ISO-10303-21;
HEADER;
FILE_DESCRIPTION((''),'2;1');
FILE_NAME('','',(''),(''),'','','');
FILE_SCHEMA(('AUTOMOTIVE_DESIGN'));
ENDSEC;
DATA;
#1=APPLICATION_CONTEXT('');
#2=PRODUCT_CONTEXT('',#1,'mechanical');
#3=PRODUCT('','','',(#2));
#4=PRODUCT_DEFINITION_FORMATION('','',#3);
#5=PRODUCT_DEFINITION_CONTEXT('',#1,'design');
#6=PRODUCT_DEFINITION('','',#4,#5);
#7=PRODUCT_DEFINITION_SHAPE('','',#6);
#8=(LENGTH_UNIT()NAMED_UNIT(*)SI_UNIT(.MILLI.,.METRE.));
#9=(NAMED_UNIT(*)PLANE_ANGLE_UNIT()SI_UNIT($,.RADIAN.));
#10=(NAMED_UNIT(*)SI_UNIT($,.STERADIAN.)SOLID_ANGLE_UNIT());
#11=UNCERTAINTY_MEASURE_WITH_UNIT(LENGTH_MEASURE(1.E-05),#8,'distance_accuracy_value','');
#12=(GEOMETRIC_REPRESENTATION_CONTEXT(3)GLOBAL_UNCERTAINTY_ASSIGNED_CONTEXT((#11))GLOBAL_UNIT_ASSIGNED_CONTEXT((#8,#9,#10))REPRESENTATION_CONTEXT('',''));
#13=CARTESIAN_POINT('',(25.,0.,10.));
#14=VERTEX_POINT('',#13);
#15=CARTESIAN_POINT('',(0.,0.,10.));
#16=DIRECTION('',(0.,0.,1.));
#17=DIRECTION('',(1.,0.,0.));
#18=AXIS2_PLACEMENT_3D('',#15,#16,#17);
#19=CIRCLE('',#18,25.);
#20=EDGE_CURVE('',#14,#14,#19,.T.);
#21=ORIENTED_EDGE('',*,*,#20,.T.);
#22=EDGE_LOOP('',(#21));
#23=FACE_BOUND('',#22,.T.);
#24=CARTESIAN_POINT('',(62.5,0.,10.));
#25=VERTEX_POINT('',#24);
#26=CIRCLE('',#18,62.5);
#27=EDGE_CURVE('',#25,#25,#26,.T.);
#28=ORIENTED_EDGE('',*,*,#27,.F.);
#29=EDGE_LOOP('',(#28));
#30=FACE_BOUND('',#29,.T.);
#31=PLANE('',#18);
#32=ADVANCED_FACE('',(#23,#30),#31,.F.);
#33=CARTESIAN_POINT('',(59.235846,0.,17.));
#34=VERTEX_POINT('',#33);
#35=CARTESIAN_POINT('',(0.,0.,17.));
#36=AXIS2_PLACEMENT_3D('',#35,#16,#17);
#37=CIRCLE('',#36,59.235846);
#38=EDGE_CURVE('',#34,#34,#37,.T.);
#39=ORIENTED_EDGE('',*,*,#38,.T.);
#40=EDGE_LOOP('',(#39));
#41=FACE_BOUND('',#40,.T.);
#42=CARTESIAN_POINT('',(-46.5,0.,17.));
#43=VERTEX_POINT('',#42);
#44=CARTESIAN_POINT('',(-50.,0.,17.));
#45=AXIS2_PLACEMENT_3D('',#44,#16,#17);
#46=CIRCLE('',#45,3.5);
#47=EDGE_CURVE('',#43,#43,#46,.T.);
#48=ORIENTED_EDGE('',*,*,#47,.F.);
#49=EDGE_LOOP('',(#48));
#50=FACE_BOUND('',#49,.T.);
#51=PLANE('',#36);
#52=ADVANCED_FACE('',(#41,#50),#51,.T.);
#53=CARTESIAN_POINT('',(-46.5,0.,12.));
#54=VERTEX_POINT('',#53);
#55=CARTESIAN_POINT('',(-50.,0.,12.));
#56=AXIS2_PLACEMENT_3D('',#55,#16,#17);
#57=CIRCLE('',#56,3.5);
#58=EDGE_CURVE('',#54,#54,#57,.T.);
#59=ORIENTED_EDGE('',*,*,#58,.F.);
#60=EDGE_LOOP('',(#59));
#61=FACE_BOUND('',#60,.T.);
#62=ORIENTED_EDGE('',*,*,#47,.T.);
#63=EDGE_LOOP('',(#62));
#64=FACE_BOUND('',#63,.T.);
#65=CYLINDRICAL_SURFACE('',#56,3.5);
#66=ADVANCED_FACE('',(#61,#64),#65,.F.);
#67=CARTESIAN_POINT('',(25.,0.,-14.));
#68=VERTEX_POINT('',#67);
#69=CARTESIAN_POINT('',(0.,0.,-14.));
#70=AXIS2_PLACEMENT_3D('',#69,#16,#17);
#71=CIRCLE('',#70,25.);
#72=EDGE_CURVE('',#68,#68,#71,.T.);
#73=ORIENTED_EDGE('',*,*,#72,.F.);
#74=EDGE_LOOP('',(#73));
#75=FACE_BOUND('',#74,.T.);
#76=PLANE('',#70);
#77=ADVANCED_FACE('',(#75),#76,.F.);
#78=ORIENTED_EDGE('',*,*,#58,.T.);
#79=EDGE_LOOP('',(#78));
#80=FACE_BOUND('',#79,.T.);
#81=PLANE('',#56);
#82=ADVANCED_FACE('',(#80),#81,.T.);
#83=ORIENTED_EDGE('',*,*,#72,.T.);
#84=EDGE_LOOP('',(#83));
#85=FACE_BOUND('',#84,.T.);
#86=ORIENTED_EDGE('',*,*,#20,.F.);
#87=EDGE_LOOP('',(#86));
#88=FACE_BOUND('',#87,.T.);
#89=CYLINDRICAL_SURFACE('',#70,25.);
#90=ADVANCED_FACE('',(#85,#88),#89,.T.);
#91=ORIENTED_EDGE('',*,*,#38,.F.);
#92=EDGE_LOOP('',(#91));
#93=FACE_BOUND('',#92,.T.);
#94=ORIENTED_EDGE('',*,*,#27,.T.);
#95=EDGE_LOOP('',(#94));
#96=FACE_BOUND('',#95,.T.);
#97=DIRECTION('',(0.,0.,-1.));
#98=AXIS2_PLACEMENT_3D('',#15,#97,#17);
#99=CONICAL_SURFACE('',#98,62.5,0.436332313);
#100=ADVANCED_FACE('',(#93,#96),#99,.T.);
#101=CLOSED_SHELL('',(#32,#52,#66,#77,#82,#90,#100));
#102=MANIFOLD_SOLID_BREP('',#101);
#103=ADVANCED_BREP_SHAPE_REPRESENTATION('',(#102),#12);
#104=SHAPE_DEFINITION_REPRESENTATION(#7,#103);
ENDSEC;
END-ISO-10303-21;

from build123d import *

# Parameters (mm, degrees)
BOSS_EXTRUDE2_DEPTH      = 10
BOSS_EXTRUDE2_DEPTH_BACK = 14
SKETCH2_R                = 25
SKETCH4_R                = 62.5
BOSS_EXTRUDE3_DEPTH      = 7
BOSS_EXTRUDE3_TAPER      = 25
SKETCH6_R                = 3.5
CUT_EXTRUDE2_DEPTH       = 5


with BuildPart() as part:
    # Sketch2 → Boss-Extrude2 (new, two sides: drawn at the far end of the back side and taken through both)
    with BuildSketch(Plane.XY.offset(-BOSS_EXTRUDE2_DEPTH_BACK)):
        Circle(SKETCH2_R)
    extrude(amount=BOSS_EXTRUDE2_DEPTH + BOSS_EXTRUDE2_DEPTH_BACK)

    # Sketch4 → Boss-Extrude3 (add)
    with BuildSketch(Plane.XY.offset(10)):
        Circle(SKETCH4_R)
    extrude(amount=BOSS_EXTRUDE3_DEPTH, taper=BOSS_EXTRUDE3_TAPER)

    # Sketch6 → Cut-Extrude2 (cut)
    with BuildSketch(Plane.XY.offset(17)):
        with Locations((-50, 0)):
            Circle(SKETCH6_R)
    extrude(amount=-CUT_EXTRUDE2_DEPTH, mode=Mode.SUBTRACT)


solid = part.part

---

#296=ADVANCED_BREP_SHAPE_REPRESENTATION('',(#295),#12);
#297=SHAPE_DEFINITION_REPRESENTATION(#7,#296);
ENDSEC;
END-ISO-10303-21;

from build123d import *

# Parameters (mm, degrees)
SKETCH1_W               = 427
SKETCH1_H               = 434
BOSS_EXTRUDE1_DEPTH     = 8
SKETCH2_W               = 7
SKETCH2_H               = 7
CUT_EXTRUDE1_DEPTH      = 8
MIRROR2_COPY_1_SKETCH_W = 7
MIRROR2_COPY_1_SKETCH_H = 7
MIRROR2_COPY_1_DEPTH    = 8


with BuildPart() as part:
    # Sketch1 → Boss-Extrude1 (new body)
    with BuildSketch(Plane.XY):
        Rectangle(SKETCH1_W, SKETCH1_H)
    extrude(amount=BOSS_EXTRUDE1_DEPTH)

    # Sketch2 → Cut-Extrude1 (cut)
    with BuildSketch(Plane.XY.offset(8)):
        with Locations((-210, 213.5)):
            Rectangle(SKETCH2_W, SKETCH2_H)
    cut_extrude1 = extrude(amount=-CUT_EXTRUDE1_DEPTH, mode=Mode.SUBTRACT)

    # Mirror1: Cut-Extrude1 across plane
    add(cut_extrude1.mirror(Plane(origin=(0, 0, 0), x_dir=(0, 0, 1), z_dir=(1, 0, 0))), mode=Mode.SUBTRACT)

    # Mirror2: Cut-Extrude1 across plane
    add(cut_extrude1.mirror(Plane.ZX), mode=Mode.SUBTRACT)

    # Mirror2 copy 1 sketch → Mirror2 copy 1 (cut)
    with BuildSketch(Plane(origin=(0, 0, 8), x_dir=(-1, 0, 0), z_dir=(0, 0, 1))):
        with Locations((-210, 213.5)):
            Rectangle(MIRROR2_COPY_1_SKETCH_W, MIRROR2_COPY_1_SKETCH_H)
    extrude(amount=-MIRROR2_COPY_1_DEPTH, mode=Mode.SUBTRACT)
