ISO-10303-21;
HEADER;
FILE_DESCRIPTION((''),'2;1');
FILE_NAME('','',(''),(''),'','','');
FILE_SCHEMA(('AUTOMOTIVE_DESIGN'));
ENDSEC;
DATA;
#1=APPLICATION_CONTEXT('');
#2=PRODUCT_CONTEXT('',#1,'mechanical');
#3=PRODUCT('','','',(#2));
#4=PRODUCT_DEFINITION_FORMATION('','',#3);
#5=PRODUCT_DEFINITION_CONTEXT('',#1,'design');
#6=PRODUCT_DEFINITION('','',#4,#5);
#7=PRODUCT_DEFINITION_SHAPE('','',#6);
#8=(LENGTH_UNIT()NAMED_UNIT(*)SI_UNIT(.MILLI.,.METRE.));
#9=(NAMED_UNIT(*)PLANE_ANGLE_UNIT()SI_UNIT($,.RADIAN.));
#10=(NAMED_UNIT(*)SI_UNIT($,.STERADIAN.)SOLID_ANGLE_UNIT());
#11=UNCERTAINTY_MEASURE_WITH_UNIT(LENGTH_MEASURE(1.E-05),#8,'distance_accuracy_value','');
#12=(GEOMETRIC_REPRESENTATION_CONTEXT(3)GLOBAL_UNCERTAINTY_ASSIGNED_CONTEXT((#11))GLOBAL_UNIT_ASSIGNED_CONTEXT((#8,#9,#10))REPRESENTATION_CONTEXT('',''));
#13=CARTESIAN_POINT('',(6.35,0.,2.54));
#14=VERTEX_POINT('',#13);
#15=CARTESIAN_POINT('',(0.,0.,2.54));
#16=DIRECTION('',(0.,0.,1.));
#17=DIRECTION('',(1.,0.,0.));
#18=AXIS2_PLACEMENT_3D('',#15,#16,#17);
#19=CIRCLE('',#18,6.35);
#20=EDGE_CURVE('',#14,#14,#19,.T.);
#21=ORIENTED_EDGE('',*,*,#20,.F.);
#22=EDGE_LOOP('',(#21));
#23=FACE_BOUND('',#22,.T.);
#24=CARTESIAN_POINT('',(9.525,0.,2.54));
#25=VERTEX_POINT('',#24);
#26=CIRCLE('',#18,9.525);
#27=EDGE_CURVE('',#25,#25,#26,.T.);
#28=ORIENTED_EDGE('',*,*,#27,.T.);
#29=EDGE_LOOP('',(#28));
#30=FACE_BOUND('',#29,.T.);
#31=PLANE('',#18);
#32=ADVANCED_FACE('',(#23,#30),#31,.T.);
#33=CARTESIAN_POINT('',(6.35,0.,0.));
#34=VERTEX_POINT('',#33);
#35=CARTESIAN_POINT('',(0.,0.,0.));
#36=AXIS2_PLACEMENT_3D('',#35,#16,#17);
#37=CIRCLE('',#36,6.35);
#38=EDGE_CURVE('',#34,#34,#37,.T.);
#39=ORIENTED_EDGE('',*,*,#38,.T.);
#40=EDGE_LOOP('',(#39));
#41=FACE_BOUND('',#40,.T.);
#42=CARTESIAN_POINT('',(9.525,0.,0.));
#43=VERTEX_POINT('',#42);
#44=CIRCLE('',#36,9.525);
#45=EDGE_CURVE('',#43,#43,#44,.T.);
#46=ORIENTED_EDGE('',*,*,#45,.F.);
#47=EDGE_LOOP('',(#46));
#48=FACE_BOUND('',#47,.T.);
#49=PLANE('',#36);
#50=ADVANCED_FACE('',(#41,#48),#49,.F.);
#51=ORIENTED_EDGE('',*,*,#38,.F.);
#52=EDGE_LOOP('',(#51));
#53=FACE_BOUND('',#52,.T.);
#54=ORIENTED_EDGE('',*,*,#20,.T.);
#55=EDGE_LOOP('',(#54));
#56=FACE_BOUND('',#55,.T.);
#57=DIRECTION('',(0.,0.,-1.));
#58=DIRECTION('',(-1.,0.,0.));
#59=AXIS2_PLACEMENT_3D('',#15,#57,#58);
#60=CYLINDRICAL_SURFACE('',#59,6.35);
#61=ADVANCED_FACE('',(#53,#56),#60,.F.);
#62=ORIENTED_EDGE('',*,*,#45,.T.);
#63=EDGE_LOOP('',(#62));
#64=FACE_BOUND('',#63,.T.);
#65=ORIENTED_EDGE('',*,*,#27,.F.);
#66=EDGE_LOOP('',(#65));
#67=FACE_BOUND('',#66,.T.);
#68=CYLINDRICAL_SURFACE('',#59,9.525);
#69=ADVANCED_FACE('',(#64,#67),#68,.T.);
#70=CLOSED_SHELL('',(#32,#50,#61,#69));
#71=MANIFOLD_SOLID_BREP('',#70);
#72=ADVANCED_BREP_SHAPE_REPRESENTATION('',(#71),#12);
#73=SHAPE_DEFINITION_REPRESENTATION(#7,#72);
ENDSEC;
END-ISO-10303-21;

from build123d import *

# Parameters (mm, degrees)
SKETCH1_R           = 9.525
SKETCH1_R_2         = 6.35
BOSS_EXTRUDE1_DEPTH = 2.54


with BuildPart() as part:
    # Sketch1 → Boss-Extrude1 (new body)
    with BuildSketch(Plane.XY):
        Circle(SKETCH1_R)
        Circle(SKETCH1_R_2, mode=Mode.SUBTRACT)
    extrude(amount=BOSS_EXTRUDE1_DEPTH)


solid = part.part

● EXERCISE: All that belongs in the answer is the run of lines above from the line containing "#85=FACE_BOUND('',#84,.T.);" through the line containing "#98=AXIS2_PLACEMENT_3D('',#15,#97,#17);", exactly as written.

● COMPLETED EXERCISE:
#85=FACE_BOUND('',#84,.T.);
#86=ORIENTED_EDGE('',*,*,#20,.F.);
#87=EDGE_LOOP('',(#86));
#88=FACE_BOUND('',#87,.T.);
#89=CYLINDRICAL_SURFACE('',#70,25.);
#90=ADVANCED_FACE('',(#85,#88),#89,.T.);
#91=ORIENTED_EDGE('',*,*,#38,.F.);
#92=EDGE_LOOP('',(#91));
#93=FACE_BOUND('',#92,.T.);
#94=ORIENTED_EDGE('',*,*,#27,.T.);
#95=EDGE_LOOP('',(#94));
#96=FACE_BOUND('',#95,.T.);
#97=DIRECTION('',(0.,0.,-1.));
#98=AXIS2_PLACEMENT_3D('',#15,#97,#17);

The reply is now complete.